= Wolfgang Wengenroth =

German conductor

Wolfgang Wengenroth (born 15 November 1975 in Bonn, Germany) is a German conductor.

== Biography ==

Wolfgang Wengenroth studied piano and conducting at the University of Music and Performing Arts in Graz, Austria, as well as at the University of Music Saar in Saarbrücken, Germany. He graduated in the year 2000. In 2002 he started working as solo-repetiteur at the Komische Oper in Berlin. Two years later the General Music Director at the time, Kirill Petrenko, appointed him his assistant and director of studies.
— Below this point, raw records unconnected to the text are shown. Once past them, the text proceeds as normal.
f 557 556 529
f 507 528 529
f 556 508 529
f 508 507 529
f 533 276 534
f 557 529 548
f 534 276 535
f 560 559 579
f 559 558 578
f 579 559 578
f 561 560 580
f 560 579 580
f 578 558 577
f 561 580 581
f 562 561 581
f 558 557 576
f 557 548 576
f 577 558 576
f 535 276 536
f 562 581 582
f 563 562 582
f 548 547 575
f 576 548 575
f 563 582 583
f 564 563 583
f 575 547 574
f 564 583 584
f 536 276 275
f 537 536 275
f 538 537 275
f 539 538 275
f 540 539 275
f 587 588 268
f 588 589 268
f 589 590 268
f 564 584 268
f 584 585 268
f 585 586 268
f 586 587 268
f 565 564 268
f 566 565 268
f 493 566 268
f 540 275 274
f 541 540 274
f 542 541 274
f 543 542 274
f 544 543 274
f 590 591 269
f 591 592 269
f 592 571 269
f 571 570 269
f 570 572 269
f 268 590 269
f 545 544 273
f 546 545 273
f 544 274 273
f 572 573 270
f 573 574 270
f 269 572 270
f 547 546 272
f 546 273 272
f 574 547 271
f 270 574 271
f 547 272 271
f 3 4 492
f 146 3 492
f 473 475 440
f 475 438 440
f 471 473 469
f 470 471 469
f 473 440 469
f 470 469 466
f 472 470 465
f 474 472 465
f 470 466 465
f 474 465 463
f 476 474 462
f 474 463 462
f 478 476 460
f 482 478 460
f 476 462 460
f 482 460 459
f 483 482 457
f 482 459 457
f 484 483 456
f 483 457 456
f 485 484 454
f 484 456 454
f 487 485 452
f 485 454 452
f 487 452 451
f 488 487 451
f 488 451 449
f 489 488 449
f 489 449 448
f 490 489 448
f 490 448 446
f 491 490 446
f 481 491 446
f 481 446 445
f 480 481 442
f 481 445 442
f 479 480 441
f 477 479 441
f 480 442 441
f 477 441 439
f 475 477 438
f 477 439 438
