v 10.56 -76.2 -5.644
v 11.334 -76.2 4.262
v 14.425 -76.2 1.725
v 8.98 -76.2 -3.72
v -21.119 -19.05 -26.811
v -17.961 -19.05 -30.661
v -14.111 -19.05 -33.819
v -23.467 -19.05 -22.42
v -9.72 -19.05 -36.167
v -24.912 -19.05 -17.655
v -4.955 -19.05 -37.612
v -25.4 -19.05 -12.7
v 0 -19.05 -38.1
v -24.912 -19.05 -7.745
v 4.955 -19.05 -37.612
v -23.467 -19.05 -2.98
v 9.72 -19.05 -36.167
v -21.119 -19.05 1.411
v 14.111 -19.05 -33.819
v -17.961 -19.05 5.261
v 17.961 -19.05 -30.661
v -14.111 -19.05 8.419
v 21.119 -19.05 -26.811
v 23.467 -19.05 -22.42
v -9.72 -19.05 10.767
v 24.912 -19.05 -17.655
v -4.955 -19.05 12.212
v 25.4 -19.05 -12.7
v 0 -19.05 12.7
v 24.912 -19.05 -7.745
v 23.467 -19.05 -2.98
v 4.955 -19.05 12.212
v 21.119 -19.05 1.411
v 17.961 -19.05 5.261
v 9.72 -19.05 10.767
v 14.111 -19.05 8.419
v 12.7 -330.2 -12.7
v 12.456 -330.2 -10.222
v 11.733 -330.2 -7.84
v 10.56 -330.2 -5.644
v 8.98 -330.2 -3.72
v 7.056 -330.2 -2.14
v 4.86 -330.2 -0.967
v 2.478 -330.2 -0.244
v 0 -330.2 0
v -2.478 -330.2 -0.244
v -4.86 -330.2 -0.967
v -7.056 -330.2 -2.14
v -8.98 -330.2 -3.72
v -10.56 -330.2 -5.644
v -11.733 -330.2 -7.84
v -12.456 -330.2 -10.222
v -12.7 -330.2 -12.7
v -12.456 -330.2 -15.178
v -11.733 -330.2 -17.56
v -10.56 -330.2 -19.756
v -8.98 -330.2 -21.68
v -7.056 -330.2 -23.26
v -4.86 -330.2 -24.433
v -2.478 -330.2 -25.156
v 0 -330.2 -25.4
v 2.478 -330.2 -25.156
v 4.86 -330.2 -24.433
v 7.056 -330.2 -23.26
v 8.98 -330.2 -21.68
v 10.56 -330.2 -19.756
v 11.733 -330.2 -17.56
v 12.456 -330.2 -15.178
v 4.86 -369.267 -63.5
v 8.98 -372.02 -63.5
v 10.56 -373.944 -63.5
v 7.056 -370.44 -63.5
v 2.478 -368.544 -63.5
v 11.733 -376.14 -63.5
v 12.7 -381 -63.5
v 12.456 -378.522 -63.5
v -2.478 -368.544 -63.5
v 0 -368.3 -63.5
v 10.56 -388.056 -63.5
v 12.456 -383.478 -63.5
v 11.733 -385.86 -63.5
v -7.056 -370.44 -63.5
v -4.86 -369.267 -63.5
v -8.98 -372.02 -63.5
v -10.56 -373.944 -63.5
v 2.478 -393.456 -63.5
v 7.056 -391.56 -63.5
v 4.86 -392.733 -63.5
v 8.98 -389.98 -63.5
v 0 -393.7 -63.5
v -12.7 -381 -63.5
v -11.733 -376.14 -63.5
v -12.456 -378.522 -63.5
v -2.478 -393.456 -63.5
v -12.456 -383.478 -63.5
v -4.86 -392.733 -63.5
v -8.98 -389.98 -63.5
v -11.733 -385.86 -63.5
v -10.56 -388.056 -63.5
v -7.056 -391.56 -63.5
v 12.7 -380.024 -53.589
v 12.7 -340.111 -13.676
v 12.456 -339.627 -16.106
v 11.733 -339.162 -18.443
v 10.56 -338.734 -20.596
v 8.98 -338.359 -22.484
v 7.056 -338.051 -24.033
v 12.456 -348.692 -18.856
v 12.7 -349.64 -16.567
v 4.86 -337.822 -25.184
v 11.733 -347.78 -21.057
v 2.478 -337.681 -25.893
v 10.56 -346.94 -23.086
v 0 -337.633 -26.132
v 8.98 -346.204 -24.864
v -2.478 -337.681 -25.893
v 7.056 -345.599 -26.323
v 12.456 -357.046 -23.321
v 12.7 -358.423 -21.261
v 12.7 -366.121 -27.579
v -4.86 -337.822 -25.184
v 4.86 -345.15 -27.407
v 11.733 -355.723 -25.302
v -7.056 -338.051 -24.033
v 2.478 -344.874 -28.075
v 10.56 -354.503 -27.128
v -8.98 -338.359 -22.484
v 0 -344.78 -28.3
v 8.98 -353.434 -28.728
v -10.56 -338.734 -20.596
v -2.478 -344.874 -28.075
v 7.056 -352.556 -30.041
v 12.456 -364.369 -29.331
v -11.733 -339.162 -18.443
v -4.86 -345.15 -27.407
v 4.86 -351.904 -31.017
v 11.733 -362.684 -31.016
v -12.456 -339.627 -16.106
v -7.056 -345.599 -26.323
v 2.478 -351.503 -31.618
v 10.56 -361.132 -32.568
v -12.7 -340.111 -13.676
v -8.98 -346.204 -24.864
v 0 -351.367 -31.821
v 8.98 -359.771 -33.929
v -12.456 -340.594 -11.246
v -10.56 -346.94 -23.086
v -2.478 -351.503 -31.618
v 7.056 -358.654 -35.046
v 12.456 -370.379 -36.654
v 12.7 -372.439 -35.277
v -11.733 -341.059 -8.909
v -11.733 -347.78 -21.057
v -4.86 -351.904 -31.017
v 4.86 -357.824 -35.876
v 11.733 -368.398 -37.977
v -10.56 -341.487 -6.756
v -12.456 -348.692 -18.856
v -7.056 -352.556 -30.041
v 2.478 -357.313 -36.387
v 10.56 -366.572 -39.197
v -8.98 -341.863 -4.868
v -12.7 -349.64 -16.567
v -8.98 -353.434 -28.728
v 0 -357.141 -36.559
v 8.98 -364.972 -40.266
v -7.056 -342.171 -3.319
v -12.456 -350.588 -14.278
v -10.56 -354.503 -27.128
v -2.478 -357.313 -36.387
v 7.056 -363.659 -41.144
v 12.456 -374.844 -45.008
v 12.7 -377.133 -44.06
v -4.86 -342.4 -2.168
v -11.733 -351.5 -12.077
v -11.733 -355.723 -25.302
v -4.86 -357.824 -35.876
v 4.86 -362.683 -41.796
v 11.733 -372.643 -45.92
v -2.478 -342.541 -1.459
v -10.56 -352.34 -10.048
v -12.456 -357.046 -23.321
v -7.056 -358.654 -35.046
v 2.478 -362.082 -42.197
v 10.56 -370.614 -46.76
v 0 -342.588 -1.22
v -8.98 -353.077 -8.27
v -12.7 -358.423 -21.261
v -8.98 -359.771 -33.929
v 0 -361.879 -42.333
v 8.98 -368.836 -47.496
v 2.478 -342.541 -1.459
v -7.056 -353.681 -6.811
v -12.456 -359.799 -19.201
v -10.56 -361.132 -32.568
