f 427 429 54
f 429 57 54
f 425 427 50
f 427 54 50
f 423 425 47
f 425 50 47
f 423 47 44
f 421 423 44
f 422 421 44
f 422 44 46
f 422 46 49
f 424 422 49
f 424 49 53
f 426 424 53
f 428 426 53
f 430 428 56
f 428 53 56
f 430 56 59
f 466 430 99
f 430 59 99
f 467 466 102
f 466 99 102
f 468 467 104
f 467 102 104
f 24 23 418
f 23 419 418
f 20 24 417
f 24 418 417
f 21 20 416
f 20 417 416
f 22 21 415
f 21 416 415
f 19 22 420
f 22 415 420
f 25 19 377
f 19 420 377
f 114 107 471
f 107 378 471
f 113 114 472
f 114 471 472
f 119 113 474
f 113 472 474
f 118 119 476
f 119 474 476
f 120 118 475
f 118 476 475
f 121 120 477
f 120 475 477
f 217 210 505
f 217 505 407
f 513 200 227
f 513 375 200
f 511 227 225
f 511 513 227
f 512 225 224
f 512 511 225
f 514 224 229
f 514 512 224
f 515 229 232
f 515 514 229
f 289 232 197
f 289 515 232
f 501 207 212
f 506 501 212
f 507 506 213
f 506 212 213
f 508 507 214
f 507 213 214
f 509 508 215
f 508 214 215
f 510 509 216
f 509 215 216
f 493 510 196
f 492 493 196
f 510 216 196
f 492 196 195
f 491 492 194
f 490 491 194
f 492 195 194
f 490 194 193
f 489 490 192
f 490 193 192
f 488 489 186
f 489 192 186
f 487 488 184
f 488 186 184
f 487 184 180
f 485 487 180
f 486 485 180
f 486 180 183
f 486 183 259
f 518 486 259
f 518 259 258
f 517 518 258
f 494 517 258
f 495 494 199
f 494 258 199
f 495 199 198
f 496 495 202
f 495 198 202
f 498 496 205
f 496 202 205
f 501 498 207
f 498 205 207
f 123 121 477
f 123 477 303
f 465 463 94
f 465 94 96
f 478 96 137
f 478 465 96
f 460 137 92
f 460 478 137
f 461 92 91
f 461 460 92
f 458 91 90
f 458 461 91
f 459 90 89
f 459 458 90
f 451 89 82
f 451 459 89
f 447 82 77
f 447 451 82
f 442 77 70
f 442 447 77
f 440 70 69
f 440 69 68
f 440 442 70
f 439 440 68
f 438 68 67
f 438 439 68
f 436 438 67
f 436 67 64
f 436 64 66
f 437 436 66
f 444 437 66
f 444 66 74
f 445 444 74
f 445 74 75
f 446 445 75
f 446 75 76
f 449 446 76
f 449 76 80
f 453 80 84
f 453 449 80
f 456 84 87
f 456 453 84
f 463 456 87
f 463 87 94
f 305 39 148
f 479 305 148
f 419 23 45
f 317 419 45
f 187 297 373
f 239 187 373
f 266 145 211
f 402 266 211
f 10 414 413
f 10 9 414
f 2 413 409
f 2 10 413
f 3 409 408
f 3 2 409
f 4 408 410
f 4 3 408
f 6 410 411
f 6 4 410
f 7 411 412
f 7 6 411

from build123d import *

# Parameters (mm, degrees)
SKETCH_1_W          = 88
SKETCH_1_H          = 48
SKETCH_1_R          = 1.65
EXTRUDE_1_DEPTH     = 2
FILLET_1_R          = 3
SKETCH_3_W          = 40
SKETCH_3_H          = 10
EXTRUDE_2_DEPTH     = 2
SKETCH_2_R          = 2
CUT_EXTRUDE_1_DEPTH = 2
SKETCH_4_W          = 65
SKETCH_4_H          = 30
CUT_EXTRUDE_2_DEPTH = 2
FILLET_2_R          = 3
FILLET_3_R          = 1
From 2006 to 2016, Wengenroth worked as Kapellmeister at the Theater for Lower Saxony Hildesheim-Hanover, at the Hessian State Theater Wiesbaden as well as at the Mannheim National Theatre. In 2013 Kirill Petrenko engaged him again. This time as his assistant for the Ring der Nibelungen performances in the anniversary year of the Bayreuth Festival. Since 2016, Wengenroth has been working as an artistic freelancer. Guest appearances led him to engagements e.g., at the Berlin State Opera, the Ruhrtriennale, the Bremen Theater, at the Oldenburg and Baden State Theater Karlsruhe, to performances with the Bern Symphony Orchestra, the Bremen Philharmonic, the Carinthian Symphony Orchestra, the Northwest German Philharmonic, at the Teatro Colón, Buenos Aires, with the Shizuoka Symphony Orchestra, South Korea, the Gewandhaus Orchestra and the Leipzig Opera. He regularly conducts at Scandinavian houses, including the operas in Copenhagen, Stockholm, Gothenburg and Malmö, where he enjoyed great success with A Midsummer Night's Dream in October/November 2021. Wolfgang Wengenroth is committed to young musicians worldwide. In 2022, trips took him to Iran, among other places, for workshops with young musicians and concerts with the Tehran Symphony Orchestra. He then worked with youth orchestras in Bolivia and Argentina and gave master classes in Santa Cruz de la Sierra and Buenos Aires. He also returned to Santa Fe for a concert and made his debut at the Teatro del Bicentenario in San Juan, Argentina. Wolfgang Wengenroth has a vast opera, ballet and concert repertoire and has a great interest in new music. He conducted e.g., works by Alban Berg, Olivier Messiaen, Erwin Schulhoff, Igor Stravinsky, Edgar Varèse and Kurt Weill.

== Teaching ==

During his permanent positions, Wengenroth took on teaching assignments for accompaniment, study of parts, direction of the wind orchestra or choir studies at the University of Graz, the UdK Berlin, the University of Applied Sciences in Hanover and the Wiesbaden Music Academy. In 2016 he was appointed professor at the University of Music and Performing Arts in Graz.